Nice pen, is this snot running down the pen??


----------



## JDPens (Oct 17, 2006)

Nice pen! How did you do that?
I didn't realize that it was a pen at first []


----------



## kenwc (Oct 17, 2006)

Did you realize that there is a pen on your nail?


----------



## gerryr (Oct 17, 2006)

What innovation!![][:0]


----------



## Jamie (Oct 17, 2006)

It's heartining to find pen turners with a sense of hum[}]r... I had my doubts.


----------



## johncrane (Oct 18, 2006)

lt looks like it fell out of your pocket and the dog chewed onit.BUT you could of cleaned it up before the photo shoot l recon[]


----------



## underdog (Oct 18, 2006)

Jamie,

How'd the hair and skin get on it? Is that when you tried to nail it to your forehead?

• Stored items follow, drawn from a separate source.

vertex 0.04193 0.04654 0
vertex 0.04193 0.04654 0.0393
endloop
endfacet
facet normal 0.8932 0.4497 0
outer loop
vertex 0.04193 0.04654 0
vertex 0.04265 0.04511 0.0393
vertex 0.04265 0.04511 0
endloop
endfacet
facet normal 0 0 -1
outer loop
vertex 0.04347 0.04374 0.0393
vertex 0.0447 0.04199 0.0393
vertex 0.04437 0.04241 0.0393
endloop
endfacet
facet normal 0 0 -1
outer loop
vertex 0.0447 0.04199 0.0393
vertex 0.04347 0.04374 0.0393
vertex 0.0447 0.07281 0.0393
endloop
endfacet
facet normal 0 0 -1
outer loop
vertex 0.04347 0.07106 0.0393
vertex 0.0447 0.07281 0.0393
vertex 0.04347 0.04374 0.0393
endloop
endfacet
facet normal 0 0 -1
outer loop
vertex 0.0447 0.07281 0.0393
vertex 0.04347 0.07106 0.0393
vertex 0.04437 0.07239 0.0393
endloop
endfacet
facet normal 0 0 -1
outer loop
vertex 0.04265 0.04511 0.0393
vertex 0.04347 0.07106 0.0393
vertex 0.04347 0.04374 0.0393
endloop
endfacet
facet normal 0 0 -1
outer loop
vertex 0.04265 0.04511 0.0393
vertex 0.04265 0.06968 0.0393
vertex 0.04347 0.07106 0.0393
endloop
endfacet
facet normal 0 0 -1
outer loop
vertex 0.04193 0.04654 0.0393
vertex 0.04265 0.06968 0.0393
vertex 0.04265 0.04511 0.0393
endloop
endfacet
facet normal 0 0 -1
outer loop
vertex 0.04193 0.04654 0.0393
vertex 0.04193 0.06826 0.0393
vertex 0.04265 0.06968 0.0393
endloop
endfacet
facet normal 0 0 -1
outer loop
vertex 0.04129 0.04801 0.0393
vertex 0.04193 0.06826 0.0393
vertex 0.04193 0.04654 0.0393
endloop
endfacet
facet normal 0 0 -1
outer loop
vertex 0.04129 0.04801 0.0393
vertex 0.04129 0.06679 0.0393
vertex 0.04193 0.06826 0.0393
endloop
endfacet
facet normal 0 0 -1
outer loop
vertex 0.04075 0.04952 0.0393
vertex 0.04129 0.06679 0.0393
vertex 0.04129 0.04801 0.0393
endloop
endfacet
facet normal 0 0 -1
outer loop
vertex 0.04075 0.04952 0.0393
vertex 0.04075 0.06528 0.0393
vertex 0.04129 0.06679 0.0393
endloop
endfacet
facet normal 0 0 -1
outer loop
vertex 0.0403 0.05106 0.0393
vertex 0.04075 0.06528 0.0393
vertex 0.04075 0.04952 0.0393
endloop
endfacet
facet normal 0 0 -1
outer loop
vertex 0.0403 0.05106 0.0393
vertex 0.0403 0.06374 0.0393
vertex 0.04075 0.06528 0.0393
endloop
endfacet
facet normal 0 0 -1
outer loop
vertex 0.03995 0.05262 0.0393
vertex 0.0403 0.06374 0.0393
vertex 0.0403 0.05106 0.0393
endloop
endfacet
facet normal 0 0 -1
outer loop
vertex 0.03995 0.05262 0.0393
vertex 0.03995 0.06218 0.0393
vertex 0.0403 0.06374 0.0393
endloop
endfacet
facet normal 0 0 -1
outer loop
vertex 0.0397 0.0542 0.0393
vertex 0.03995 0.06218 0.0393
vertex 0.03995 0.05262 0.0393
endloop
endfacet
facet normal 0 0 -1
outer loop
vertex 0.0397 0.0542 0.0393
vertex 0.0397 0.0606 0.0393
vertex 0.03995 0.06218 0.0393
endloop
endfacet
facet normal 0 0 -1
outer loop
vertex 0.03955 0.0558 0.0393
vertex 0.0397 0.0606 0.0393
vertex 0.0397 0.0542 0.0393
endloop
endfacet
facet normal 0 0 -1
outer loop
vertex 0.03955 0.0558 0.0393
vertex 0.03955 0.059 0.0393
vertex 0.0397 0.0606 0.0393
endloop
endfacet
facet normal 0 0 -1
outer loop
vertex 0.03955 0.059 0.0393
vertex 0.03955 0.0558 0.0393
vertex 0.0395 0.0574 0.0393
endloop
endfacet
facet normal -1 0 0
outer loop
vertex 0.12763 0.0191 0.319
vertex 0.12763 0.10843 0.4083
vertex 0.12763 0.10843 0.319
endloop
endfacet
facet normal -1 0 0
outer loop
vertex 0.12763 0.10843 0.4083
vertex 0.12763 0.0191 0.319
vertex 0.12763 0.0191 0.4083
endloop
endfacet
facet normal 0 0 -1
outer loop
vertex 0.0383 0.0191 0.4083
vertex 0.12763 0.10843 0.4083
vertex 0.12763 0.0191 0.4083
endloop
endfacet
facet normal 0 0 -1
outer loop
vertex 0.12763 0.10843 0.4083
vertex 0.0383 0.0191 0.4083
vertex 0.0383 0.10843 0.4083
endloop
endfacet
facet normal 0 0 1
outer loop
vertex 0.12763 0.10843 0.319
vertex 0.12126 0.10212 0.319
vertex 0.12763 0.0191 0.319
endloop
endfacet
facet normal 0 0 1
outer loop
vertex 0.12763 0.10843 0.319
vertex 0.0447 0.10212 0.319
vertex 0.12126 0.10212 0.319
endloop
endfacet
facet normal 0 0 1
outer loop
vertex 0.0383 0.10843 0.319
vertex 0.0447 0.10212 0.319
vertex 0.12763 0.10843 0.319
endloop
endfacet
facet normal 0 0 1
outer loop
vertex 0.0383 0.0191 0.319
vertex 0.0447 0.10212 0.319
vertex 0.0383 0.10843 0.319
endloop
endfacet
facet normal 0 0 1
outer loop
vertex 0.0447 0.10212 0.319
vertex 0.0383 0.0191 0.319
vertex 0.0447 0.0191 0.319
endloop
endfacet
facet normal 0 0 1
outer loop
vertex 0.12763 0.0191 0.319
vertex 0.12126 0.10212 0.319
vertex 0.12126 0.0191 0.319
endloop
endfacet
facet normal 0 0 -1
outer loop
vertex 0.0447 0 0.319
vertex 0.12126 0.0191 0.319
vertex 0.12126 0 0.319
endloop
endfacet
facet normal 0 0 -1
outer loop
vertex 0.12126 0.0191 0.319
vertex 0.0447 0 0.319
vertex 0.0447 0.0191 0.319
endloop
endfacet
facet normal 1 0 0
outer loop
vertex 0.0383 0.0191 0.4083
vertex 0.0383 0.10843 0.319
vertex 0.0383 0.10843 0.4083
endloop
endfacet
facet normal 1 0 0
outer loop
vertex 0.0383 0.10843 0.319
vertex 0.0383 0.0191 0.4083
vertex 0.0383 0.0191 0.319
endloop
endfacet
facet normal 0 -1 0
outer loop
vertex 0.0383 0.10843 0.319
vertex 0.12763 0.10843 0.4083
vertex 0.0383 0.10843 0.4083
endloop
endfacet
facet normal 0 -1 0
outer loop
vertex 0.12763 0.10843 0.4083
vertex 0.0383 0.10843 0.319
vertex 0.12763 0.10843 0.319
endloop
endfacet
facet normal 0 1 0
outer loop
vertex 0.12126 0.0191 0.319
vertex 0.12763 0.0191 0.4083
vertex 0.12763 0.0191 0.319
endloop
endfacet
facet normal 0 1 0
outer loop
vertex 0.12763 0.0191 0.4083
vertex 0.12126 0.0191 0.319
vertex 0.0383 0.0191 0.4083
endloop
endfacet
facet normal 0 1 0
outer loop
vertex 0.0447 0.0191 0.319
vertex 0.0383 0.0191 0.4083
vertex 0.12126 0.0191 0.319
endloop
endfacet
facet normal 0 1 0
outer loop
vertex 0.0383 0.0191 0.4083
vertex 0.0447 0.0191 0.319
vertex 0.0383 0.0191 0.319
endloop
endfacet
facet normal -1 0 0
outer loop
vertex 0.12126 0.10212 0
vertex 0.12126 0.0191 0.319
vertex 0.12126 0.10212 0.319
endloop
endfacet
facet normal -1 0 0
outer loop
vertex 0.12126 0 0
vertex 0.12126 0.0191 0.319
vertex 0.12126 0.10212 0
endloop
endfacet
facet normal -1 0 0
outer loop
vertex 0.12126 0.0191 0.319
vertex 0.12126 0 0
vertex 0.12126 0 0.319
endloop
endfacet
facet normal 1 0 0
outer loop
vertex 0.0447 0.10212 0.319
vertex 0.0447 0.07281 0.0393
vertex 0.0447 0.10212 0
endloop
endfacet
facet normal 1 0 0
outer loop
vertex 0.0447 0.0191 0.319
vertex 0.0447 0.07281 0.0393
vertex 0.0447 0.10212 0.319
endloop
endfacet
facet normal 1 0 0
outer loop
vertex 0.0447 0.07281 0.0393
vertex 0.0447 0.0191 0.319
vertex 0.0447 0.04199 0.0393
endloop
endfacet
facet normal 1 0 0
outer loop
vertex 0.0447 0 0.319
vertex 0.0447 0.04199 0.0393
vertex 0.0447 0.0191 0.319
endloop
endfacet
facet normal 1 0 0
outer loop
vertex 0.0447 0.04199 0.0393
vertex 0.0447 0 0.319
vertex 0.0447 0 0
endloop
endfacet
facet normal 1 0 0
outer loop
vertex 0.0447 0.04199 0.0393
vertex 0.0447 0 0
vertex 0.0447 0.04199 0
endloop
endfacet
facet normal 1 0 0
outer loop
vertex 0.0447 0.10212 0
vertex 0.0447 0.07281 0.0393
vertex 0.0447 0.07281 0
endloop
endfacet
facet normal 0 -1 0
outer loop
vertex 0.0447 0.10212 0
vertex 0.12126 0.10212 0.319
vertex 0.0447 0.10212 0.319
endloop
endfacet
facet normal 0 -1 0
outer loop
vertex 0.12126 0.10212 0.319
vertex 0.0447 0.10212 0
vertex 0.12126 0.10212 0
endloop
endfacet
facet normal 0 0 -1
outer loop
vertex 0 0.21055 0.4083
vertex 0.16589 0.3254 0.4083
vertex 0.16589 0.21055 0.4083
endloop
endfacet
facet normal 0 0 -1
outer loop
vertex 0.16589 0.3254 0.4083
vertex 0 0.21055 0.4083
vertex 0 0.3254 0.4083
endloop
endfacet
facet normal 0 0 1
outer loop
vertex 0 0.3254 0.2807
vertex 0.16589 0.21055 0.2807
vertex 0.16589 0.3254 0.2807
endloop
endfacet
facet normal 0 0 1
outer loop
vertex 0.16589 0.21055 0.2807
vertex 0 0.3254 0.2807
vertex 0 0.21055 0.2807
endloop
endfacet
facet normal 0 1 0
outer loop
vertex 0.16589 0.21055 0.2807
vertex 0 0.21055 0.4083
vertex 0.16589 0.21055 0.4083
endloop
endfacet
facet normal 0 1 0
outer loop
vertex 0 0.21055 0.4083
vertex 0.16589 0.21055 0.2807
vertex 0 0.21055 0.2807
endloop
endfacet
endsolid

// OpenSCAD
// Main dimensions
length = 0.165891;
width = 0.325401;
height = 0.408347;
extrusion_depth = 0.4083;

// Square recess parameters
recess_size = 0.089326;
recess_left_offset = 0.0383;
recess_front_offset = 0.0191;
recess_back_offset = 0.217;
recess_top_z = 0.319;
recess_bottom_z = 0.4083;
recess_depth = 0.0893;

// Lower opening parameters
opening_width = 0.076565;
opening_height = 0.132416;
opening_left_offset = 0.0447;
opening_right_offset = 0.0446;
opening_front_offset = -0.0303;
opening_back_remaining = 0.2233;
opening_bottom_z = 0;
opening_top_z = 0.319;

Hmmmm... just in time for Halloween too....


----------



## Jamie (Oct 19, 2006)

The skin and hair came from when I accidentally super glued it in my arm pit. My wife nailed it to my forehead because I spilled hydrochloric acid down my front and I was wearing her apron at the time. I'm going to buy her a new apron as soon as the bandages come off.


----------



## DCBluesman (Oct 19, 2006)

> _Originally posted by Jamie_
> <br />My wife nailed it to my forehead because I spilled hydrochloric acid down my front and I was wearing her apron at the time.


Jamie, meet Fangar.  Fangar, meet Jamie.  You two should have LOTS to talk about! [8D]


----------



## alamocdc (Oct 20, 2006)

> _Originally posted by Jamie_
> <br />The skin and hair came from when I accidentally super glued it in my arm pit. My wife nailed it to my forehead because I spilled hydrochloric acid down my front and I was wearing her apron at the time. I'm going to buy her a new apron as soon as the bandages come off.

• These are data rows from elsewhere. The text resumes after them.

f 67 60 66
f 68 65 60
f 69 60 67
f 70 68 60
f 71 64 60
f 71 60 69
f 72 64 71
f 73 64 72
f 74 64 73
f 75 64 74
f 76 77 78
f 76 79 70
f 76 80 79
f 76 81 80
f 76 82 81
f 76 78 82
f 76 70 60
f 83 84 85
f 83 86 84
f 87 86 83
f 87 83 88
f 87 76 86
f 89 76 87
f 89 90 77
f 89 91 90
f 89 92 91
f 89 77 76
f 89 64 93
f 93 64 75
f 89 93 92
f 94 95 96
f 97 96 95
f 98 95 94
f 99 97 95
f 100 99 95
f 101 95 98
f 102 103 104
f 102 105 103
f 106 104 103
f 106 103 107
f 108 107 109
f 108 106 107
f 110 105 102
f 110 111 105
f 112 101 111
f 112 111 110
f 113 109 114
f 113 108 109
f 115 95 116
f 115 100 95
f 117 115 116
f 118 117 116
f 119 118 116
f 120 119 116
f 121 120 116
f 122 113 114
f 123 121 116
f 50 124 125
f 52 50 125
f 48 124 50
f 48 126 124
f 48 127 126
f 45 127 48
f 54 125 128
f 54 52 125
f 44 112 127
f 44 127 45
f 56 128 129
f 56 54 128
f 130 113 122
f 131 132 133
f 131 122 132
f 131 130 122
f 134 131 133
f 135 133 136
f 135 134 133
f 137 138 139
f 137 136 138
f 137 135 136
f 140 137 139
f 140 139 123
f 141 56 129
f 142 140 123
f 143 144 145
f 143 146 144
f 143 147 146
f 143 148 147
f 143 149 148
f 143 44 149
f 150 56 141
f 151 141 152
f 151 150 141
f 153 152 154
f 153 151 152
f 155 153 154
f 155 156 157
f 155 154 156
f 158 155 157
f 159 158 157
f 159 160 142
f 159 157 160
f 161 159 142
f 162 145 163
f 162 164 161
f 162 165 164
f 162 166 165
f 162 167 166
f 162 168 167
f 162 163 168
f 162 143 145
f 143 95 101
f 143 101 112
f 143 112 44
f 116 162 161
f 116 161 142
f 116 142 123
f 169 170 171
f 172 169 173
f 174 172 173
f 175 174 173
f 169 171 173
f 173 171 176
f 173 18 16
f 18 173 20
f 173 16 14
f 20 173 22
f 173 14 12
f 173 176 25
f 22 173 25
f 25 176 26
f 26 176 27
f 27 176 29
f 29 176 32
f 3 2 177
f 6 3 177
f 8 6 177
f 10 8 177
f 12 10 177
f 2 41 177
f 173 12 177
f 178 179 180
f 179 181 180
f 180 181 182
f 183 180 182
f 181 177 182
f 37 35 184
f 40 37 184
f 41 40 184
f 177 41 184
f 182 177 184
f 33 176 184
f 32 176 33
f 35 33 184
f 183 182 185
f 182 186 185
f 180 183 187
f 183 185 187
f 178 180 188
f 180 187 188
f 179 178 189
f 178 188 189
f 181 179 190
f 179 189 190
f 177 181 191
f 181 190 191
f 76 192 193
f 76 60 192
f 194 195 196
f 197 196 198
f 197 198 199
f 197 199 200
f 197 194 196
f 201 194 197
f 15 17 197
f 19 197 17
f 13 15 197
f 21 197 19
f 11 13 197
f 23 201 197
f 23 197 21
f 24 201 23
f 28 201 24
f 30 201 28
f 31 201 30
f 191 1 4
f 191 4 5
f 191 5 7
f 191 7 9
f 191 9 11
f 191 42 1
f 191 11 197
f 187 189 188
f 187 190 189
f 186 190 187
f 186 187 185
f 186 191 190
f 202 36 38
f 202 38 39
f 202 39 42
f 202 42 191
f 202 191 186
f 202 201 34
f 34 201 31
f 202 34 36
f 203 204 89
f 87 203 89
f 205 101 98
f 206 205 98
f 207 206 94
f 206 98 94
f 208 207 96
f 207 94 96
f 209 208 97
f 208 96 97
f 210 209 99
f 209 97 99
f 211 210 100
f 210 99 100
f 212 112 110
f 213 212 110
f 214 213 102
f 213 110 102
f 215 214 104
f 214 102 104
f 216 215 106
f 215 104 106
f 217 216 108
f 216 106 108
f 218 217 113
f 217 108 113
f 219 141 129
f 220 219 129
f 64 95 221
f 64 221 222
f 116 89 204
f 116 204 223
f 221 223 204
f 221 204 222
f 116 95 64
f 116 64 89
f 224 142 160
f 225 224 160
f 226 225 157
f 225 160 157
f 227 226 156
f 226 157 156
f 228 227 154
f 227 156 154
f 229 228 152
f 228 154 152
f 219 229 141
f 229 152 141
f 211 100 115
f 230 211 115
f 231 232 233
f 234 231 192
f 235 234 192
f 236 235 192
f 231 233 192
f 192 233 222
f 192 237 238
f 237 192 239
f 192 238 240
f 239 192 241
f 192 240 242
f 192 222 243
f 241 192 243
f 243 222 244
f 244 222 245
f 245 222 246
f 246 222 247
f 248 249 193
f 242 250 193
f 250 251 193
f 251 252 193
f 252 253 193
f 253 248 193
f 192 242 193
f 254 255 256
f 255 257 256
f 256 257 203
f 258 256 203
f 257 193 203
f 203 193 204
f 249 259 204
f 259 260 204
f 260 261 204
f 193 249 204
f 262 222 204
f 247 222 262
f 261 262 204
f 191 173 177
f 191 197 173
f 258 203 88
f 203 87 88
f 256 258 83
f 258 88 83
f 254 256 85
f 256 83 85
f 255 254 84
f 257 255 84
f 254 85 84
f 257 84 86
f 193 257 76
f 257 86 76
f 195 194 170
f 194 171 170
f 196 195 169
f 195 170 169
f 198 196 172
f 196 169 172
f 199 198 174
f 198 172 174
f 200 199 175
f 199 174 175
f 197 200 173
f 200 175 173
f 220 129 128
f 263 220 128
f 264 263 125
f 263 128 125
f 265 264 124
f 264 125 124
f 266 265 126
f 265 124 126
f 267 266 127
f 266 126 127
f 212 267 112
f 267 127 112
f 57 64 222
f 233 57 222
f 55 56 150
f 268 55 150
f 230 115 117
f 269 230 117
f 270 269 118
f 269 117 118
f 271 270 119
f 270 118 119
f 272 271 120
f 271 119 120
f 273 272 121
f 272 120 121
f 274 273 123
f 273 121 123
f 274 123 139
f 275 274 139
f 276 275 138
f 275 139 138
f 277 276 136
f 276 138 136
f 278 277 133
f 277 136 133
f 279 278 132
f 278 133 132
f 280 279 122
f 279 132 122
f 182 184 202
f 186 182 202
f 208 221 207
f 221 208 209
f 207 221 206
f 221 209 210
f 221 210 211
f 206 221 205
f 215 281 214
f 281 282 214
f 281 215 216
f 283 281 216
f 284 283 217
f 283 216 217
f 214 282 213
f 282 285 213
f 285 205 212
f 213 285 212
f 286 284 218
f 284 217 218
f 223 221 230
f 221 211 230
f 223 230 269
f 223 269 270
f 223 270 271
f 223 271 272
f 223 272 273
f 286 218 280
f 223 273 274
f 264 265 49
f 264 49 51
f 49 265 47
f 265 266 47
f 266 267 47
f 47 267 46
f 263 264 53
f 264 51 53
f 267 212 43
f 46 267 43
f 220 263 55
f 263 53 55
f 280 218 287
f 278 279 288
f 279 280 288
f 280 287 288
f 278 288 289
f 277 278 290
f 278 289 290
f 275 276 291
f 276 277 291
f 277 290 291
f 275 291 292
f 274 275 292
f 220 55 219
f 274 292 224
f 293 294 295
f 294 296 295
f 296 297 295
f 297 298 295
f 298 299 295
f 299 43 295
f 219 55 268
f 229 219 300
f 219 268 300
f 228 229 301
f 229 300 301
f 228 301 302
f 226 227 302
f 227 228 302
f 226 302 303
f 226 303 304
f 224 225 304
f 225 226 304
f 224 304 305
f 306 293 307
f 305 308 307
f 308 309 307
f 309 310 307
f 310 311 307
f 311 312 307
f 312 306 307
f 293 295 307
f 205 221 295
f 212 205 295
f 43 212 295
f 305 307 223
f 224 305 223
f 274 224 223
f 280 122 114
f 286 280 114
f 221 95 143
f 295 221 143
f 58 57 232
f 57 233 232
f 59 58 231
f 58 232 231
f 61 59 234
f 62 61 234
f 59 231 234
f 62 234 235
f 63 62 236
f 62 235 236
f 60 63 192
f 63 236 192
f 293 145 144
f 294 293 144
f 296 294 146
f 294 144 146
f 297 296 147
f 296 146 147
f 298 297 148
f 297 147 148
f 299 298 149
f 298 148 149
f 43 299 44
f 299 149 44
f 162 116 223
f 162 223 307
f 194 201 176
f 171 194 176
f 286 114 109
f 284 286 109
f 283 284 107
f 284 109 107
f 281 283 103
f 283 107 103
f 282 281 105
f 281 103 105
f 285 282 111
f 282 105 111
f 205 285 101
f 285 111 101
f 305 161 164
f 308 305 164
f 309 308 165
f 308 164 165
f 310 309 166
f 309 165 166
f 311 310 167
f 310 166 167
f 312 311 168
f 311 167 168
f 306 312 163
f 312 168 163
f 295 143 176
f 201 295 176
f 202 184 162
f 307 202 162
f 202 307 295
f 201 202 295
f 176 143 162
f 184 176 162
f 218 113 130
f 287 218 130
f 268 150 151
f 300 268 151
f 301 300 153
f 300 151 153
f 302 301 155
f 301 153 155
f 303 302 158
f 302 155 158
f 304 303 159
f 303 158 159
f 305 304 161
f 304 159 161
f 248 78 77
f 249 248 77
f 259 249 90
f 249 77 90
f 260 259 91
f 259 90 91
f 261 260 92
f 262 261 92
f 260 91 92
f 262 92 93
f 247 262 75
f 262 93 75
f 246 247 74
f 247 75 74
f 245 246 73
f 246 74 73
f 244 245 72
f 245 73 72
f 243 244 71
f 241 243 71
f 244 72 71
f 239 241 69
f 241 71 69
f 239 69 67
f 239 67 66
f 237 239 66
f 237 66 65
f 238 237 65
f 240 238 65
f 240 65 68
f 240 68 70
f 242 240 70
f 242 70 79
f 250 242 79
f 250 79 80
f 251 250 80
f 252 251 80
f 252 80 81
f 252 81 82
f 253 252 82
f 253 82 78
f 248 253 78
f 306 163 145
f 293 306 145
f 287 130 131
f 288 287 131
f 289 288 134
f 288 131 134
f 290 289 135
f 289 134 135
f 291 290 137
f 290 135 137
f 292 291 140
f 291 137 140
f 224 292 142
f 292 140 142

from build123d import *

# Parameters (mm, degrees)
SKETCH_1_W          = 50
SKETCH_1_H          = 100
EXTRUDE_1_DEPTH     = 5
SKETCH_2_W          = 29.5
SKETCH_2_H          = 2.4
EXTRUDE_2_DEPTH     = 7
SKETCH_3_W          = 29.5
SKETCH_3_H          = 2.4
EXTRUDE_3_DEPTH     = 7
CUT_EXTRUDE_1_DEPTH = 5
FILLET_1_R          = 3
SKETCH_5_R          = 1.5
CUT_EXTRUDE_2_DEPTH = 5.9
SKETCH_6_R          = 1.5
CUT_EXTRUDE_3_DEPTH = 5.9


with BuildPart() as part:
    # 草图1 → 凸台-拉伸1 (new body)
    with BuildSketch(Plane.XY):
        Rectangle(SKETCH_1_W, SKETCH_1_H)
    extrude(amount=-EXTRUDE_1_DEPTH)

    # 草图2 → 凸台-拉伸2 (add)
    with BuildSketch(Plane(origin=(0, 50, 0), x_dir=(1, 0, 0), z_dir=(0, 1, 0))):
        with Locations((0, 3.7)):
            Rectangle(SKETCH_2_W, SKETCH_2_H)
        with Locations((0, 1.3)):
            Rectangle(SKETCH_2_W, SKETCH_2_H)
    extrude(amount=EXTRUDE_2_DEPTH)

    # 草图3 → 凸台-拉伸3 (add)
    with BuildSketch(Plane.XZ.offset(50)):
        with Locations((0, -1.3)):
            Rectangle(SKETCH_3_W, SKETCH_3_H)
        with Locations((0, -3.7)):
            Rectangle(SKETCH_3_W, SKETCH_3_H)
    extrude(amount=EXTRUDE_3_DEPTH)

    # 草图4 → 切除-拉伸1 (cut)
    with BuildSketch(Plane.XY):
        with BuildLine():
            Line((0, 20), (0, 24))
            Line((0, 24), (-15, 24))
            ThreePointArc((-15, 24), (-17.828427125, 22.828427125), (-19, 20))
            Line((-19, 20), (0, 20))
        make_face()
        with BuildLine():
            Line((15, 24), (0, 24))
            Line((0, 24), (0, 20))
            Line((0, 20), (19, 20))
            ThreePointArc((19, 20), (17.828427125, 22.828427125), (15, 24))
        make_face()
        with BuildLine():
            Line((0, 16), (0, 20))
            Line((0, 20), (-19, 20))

OUCH!!!! That is a visual that I just didn't need.

Angela, I need your help now! Thanks for driving me to therapy, Jamie!

But I guess there are worse things than having to seek Angela.[]


----------



## kent4Him (Oct 20, 2006)

Someone threw up on your pen.  I'd make them pay for it.


----------



## ctEaglesc (Oct 21, 2006)

> _Originally posted by DCBluesman_
> <br />
> 
> 
> ...


I thnk yoi should include Skye and call it a triumverate.


----------



## Radman (Oct 21, 2006)

Looks like the transmission operates pretty smoothly too eh?


----------



## angboy (Oct 21, 2006)

> _Originally posted by alamocdc_
> <br />
> 
> 
> ...



Thanks Billy, how sweet. It looks like maybe I could start a whole group therapy group from this. []


----------



## Fangar (Oct 21, 2006)

Someone call my name...

Dude...At least it was your armpit...  Cause one time, I was wearing my turning frock (Of Course), while applying a ca finish... The phone rang.  It was my friend Eagle.  He needed some help learning how to do some bent laminations, cause you all know how he needs a little help in that area.  I had just taken the CA soaked blanks and mandrel off of the lathe to put on my Ron Popeil Showtime Rotisserie to dry. Then for no reason, Eagle asks me how many licks it takes to get the the center of a Tootsie Pop.  I thought it was 11 but couldn't recall for sure.  Needless to say, I was gonna need my fingers to count.  Where does one put something when on the phone and needing their fingers free to count?  It was only between my knees for like 11 seconds.  All I have to say is that I shoulda used thick CA... That would have allowed more dry time. I'm not gonna to that again.  Wenge has a lot of splinters too...[] You try riding a bicycle with your knees glued together. 

 []

Fangar


----------



## Jamie (Oct 22, 2006)

You're frightening me Fangar!


----------



## Penmonkey (Oct 22, 2006)

> _Originally posted by Fangar_
> <br />You try riding a bicycle with your knees glued together.
> 
> []
> ...



But you didn't tell us how they became unstuck later that night.


----------



## Dario (Oct 23, 2006)

How'd I miss all this fun?!  [:0][:0][:0]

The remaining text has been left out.